▶ [Exercise instructions]
A complete answer lists every line of the entries below where the string "with" appears.

(Stored data)

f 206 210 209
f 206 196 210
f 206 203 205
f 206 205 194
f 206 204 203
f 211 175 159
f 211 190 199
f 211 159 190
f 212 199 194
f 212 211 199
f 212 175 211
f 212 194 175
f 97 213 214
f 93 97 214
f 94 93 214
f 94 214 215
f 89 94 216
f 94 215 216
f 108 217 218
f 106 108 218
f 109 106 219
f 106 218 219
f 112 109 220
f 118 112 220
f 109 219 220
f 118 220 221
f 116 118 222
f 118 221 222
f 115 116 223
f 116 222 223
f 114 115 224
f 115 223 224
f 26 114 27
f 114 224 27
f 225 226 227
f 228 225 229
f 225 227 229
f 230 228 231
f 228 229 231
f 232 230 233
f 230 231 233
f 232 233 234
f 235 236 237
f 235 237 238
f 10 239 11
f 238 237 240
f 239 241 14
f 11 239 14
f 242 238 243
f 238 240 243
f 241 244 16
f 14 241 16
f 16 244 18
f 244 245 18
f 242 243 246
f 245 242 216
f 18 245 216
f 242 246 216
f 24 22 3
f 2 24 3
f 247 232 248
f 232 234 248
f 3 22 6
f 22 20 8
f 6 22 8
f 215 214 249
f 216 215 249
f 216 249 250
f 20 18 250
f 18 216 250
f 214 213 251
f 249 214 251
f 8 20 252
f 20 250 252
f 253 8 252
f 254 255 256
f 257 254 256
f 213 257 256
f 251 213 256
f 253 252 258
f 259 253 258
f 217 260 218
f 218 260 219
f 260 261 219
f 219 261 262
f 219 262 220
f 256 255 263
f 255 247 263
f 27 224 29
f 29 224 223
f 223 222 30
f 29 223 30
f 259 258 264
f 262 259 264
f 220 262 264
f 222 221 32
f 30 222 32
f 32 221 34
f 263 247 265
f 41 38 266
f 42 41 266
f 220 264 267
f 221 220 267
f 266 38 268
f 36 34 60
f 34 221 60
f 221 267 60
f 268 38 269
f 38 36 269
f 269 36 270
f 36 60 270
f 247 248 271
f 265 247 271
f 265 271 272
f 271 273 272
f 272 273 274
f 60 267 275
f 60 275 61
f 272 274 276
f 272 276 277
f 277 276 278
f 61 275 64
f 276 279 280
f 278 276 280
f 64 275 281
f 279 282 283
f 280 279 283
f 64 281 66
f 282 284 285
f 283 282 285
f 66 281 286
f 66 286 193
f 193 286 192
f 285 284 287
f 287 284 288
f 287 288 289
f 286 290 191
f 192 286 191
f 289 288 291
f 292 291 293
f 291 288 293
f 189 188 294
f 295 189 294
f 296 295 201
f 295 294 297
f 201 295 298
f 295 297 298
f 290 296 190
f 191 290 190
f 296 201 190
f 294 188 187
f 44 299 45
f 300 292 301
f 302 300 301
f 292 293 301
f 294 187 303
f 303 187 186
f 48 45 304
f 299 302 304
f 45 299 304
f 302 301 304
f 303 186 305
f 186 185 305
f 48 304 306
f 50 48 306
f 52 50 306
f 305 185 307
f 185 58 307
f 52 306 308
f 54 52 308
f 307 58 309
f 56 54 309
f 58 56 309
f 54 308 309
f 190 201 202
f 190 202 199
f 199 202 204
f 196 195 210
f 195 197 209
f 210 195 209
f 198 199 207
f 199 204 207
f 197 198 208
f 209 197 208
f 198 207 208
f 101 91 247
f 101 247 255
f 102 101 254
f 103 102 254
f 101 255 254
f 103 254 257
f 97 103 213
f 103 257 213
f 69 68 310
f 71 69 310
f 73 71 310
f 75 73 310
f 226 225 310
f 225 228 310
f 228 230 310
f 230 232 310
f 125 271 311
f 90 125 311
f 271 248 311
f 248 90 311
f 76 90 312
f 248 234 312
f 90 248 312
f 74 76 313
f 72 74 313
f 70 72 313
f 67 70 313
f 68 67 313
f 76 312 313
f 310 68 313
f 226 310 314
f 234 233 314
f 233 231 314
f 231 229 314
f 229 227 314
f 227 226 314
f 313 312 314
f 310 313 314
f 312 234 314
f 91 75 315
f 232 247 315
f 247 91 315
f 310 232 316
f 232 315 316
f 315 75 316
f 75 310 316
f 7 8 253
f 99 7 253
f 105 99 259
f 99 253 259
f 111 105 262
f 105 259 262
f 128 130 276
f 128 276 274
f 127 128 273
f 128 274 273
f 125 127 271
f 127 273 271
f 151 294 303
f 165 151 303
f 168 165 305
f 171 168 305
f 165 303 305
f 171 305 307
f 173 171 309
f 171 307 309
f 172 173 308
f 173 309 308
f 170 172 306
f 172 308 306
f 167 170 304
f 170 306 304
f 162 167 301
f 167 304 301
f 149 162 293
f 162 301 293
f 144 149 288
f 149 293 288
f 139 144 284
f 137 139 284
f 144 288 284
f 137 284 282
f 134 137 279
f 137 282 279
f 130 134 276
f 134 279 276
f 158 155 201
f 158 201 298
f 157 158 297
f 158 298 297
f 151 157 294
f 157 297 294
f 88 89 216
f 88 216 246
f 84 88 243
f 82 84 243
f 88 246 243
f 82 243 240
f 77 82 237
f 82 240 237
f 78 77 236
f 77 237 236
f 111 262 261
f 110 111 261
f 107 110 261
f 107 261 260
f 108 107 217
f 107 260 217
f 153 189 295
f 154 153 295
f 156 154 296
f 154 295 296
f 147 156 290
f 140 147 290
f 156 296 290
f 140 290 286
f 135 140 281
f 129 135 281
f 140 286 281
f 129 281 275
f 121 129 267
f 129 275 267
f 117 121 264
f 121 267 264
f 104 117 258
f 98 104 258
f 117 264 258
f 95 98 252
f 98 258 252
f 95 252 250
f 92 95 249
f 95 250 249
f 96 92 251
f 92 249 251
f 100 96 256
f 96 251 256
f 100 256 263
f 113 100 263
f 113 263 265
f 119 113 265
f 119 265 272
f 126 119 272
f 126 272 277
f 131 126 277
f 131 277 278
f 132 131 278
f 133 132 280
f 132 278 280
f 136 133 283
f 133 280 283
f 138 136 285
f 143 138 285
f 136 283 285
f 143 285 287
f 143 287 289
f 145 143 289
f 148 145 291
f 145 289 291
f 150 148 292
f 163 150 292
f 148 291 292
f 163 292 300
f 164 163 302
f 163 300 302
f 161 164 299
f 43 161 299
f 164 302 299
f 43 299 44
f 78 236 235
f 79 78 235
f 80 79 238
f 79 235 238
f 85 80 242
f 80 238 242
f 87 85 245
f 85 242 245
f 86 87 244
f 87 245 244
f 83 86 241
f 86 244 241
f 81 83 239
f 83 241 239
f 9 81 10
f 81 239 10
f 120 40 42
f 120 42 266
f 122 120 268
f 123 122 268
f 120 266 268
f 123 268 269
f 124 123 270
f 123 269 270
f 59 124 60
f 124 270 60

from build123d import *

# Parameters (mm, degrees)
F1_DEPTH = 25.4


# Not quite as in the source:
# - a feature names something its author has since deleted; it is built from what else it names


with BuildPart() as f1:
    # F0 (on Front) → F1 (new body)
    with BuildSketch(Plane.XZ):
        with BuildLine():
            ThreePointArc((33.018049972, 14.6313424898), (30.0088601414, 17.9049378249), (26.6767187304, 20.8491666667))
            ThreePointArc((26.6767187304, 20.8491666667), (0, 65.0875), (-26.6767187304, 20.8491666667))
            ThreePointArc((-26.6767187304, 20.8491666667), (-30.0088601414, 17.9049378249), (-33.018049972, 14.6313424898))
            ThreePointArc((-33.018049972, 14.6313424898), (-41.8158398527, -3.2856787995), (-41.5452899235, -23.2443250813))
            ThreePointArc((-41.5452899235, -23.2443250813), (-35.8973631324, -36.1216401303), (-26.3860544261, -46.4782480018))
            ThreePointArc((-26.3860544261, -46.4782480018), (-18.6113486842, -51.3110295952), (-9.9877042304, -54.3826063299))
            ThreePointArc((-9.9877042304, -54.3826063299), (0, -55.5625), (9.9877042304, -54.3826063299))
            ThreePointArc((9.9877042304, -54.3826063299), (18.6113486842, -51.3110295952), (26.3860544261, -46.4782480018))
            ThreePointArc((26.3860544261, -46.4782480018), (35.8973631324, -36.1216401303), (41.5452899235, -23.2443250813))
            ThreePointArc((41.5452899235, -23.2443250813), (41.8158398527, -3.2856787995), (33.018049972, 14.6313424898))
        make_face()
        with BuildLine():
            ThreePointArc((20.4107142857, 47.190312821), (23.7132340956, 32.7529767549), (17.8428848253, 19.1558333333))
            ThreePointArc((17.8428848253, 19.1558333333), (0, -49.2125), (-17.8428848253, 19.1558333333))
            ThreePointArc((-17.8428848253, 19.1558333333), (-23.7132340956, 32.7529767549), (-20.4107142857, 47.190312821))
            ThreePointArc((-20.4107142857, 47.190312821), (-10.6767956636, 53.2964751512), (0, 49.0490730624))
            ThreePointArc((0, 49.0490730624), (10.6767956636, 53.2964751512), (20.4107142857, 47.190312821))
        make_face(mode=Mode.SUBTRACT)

▶ [Answer space]
with BuildPart() as f1:
    with BuildSketch(Plane.XZ):
        with BuildLine():
        with BuildLine():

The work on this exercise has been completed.